Offenders Rights; State Sanctioned Victimisation
..:: For immediate release ::.. 11/09/2014
Offenders
Rights; State Sanctioned
Victimisation
New Zealand’s largest advocacy group supporting victims and families of violent crime is dismayed at the treatment of victims in their quest for knowledge regarding those who have offended against them.
The Sensible
Sentencing Trust is angry that repeated requests for
information on offenders by their victims is being routinely
denied and sees this as an erosion of the few rights
attributed to victims to protect the rights and privacy of
the offender.
Spokesman for the Trust, Graeme Moyle says “the Sensible Sentencing Trust works with these victims on a daily basis, we see the pain they endure, emotional and physical, as a result of murder, rape or other serious violent crime, they go through hell, they’re disempowered by the judicial system and agonise over lenient sentences imposed by the courts”.

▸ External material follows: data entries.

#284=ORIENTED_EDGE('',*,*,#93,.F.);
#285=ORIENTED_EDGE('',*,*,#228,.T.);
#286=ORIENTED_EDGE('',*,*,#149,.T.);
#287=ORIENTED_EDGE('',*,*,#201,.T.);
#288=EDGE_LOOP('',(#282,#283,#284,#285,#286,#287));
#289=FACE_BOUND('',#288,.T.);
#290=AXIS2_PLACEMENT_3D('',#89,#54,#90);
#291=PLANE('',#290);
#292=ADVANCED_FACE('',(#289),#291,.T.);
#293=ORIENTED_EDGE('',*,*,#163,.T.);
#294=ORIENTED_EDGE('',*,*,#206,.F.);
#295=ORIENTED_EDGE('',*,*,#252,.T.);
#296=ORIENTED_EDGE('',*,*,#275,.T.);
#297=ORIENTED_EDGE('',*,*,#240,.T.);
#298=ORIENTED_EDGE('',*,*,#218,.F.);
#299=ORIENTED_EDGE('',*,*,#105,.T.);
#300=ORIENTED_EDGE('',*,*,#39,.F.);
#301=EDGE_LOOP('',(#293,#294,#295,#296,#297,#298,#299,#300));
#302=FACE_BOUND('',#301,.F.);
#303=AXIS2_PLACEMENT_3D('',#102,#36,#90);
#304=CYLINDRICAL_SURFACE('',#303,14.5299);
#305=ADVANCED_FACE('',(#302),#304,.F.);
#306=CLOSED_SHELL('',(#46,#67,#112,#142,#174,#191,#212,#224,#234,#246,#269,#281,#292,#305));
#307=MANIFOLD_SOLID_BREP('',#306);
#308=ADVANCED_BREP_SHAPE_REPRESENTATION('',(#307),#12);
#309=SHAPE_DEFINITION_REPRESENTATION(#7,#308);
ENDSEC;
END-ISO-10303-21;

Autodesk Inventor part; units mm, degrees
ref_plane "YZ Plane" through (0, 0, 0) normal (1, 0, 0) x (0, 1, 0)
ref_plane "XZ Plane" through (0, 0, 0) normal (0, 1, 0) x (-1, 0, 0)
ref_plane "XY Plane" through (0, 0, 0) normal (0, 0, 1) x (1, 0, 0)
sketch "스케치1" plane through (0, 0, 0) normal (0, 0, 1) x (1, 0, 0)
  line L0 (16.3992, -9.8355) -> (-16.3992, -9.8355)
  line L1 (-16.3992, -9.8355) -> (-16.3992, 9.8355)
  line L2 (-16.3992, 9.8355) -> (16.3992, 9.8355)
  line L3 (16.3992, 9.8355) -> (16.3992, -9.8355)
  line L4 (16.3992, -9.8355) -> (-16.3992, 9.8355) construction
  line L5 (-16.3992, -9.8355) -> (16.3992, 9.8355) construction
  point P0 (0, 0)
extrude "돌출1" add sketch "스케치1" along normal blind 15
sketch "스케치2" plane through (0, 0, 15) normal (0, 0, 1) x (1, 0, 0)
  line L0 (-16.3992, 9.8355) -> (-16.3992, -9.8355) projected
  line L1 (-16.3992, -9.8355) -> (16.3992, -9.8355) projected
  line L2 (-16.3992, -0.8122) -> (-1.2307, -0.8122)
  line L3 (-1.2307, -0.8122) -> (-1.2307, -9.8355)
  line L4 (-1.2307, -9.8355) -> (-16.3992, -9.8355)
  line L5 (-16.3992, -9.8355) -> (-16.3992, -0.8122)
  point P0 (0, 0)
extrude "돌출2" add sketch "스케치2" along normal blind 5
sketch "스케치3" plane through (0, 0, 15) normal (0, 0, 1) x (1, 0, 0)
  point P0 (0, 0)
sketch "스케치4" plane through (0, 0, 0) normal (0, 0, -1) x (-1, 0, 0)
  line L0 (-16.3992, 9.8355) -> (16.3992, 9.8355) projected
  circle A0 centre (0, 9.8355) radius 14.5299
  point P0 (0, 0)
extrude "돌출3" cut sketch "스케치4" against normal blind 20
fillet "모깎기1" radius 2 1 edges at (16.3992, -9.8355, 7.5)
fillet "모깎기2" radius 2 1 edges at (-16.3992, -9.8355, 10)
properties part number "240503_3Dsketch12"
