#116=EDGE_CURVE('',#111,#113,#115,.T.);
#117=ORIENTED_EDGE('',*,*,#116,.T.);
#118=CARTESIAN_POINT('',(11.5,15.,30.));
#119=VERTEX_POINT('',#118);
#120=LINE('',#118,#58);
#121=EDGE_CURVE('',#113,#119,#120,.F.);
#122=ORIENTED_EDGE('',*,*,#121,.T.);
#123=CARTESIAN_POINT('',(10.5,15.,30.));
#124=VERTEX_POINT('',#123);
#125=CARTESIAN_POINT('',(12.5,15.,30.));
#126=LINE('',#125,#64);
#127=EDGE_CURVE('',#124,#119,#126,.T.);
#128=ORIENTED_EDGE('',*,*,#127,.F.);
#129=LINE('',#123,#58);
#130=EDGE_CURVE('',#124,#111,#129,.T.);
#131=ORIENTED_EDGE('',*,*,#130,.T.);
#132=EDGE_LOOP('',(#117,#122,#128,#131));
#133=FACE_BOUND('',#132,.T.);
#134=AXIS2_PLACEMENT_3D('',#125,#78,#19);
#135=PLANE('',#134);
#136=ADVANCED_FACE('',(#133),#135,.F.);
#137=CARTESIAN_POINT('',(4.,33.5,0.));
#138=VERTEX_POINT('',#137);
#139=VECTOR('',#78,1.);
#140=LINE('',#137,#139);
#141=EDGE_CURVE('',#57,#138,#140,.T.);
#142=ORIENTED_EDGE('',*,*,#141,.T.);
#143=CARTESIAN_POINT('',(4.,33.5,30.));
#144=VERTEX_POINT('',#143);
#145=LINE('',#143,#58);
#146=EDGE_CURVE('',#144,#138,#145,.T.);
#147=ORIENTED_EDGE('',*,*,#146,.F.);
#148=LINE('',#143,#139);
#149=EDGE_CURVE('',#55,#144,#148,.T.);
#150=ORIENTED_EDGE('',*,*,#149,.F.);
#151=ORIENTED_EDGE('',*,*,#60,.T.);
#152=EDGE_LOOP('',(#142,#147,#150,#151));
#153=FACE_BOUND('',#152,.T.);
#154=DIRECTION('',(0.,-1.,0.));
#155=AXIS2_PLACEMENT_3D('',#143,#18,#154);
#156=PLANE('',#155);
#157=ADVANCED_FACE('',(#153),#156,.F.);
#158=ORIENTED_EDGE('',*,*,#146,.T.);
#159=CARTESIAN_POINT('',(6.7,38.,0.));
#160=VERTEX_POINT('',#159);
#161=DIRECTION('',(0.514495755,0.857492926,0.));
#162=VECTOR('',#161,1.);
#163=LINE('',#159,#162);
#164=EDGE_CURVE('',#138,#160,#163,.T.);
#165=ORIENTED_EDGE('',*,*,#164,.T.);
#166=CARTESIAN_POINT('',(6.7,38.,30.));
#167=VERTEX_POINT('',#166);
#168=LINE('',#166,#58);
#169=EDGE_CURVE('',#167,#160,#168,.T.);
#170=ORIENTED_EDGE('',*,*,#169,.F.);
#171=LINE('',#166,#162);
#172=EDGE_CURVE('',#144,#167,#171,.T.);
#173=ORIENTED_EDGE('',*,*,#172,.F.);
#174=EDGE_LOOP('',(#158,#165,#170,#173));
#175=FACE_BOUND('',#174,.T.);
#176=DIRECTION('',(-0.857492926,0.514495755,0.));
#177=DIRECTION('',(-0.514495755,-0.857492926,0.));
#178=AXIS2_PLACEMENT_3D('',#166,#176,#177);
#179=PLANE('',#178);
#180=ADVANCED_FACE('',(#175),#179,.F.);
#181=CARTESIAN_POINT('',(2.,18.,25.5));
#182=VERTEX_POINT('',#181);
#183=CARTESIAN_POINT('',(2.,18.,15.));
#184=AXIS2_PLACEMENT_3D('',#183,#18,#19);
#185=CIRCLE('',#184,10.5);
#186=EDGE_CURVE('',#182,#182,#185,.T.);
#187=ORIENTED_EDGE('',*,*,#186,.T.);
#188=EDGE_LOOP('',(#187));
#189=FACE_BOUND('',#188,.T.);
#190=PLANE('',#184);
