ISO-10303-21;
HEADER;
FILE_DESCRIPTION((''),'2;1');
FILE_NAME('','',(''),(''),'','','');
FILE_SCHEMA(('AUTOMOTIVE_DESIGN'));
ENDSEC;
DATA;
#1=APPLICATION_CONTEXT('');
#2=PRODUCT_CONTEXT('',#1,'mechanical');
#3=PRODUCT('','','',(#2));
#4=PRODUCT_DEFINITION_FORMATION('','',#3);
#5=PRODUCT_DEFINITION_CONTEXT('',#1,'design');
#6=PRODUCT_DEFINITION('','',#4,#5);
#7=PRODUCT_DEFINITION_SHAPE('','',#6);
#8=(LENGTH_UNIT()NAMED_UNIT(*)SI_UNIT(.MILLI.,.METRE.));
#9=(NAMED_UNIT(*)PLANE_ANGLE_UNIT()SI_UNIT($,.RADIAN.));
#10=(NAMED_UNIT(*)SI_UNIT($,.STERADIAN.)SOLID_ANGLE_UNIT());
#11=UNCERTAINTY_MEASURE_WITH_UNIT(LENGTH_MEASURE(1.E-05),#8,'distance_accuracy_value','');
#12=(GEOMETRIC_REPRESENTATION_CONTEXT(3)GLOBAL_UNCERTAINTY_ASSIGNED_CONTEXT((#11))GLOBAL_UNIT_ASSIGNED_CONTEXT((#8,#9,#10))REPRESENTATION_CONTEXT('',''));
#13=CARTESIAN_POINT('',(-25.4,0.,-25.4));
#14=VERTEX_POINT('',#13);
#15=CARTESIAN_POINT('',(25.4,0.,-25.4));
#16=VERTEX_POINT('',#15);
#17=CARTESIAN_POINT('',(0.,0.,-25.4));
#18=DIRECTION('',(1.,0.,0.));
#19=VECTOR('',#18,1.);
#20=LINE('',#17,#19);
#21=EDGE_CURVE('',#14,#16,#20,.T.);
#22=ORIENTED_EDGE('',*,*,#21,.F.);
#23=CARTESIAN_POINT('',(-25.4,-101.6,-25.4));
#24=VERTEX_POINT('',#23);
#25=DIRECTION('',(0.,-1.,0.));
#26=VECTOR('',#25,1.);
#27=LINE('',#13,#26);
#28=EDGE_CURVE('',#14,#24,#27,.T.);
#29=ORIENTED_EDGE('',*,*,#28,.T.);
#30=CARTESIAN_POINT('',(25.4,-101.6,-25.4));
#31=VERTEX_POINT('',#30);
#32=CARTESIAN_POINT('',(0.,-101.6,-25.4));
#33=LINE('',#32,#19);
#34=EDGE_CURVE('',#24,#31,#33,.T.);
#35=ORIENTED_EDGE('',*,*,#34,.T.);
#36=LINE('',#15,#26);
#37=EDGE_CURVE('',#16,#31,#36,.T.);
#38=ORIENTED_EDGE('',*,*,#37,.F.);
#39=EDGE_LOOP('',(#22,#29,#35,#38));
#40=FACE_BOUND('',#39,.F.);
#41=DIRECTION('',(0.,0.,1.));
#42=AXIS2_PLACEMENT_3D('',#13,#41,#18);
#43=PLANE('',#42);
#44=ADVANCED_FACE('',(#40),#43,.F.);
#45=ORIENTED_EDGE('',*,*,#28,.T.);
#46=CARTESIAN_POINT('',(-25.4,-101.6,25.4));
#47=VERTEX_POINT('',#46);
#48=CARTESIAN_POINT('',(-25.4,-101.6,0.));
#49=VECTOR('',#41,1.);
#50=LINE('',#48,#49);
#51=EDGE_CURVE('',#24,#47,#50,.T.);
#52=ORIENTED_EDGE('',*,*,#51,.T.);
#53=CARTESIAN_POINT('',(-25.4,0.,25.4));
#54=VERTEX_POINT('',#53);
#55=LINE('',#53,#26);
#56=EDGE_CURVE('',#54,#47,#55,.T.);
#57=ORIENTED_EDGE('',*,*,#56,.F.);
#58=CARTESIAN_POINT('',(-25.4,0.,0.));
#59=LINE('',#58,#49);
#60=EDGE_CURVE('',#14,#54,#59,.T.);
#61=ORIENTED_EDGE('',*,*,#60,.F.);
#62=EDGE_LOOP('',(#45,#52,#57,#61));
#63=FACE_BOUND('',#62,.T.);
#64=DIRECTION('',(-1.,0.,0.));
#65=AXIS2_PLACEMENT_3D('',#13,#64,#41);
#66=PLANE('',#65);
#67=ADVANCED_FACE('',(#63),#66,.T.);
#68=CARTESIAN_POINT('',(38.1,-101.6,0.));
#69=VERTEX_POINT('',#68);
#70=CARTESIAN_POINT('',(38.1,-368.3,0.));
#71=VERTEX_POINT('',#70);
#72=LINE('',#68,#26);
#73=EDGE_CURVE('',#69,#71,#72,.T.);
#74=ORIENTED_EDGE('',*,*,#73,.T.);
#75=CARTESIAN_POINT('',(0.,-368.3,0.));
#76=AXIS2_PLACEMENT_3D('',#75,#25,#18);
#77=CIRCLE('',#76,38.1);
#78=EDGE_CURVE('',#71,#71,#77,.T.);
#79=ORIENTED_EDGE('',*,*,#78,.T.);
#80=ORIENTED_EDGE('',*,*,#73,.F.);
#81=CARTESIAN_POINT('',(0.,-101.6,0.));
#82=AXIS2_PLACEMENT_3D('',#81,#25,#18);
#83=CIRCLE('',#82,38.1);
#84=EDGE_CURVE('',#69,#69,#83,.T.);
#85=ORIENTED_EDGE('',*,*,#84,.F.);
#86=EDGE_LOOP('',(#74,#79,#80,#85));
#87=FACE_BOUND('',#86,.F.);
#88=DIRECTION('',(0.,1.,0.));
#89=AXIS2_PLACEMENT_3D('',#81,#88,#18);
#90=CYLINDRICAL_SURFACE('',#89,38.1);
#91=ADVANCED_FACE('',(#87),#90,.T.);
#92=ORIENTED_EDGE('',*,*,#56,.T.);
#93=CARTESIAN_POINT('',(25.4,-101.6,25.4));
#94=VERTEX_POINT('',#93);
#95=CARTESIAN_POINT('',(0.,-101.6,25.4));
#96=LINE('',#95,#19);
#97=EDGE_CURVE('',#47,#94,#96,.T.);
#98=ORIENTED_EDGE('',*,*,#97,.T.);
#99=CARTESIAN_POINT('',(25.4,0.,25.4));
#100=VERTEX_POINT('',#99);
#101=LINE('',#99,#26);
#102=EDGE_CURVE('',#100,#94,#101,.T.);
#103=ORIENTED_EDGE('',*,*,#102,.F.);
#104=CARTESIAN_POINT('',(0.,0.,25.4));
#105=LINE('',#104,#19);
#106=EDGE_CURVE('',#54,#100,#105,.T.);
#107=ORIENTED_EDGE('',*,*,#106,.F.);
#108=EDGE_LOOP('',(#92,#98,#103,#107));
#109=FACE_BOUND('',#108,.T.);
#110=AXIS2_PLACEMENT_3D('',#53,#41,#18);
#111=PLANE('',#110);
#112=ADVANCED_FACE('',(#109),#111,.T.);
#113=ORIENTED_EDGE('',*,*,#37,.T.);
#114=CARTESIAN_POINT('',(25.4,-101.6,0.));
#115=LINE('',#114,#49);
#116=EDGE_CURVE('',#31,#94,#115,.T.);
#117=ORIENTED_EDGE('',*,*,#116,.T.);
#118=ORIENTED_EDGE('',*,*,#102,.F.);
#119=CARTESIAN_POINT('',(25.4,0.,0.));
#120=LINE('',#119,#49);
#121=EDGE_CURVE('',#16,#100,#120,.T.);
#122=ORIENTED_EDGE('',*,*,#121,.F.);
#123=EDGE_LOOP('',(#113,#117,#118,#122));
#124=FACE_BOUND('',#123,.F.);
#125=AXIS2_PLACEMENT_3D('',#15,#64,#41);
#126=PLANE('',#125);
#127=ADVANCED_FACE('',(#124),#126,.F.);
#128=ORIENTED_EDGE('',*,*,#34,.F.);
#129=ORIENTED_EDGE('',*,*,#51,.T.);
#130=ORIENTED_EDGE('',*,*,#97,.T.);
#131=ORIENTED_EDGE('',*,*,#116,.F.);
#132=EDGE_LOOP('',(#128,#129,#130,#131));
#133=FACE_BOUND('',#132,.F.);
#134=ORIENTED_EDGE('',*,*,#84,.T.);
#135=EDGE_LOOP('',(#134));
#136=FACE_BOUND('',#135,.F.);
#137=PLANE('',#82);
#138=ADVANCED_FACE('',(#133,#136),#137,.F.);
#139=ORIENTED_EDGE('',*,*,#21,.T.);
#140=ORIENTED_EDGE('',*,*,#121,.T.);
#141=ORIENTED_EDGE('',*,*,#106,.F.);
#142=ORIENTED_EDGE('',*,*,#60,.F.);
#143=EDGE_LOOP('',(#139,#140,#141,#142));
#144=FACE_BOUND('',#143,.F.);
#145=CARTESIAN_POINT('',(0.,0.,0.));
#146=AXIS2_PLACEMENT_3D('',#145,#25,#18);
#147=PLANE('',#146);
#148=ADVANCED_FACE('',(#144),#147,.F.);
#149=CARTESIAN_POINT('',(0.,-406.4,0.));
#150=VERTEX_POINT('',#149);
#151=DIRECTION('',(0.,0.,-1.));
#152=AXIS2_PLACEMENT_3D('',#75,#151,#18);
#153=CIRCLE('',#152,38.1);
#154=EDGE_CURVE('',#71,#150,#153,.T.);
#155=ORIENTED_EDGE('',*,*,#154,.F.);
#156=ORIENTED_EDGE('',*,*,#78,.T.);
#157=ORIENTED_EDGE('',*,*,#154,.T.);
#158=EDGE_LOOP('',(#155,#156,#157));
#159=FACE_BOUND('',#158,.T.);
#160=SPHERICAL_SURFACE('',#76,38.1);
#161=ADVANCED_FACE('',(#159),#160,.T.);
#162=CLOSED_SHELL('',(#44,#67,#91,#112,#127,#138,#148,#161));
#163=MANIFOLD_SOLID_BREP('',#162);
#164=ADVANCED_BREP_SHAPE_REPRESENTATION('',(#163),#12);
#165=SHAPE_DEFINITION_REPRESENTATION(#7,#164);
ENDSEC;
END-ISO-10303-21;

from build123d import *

# Parameters (mm, degrees)
F0_W     = 50.8
F0_H     = 50.8
F1_DEPTH = 101.6
F2_R     = 38.1
F3_DEPTH = 304.8
F4_R     = 38.1


with BuildPart() as f1:
    # F0 (on Front) → F1 (new body)
    with BuildSketch(Plane.XZ):
        Rectangle(F0_W, F0_H)
    extrude(amount=F1_DEPTH)

    # F2 (on face) → F3 (join)
    with BuildSketch(Plane.XZ.offset(101.6)):
        Circle(F2_R)
    extrude(amount=F3_DEPTH)

    # F4
    f4_edges = [f1.edges().sort_by_distance(p)[0] for p in [
        (-38.1, -406.4, 0),
    ]]
    fillet(f4_edges, radius=F4_R)


solid = f1.part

“This situation is exacerbated should the offender be detained under mental health legislation”.
The family of Christie Marceau, killed by Akshay Chand in 2011, requested information regarding Chand and the safety risk he poses prior to fronting the parole board yesterday but were denied any information due to privacy constraints.
“This family, in preparation for Chands parole hearing, requested perfectly reasonable information regarding their daughter’s killer in relation to his progress and the safety risk he now poses” Moyle said, “they were denied at every turn, firstly by the Department of Corrections, the Mason Clinic, the Waitemata District Health Board, Ombudsman and finally the Parole Board”.
“Privacy legislation plunged the blade into this already damaged family and bureaucrats twisted the knife”.
“Privacy laws in these situations are nothing more than state sanctioned victimisation and another example of offender rights superseding those of the victim”.
“A humane society would recognise there needs to be a balance between offender privacy and a victims right to information, at present the scales are weighted completely in favour of the offender, more weight needs to be applied to the victims side” Moyle said.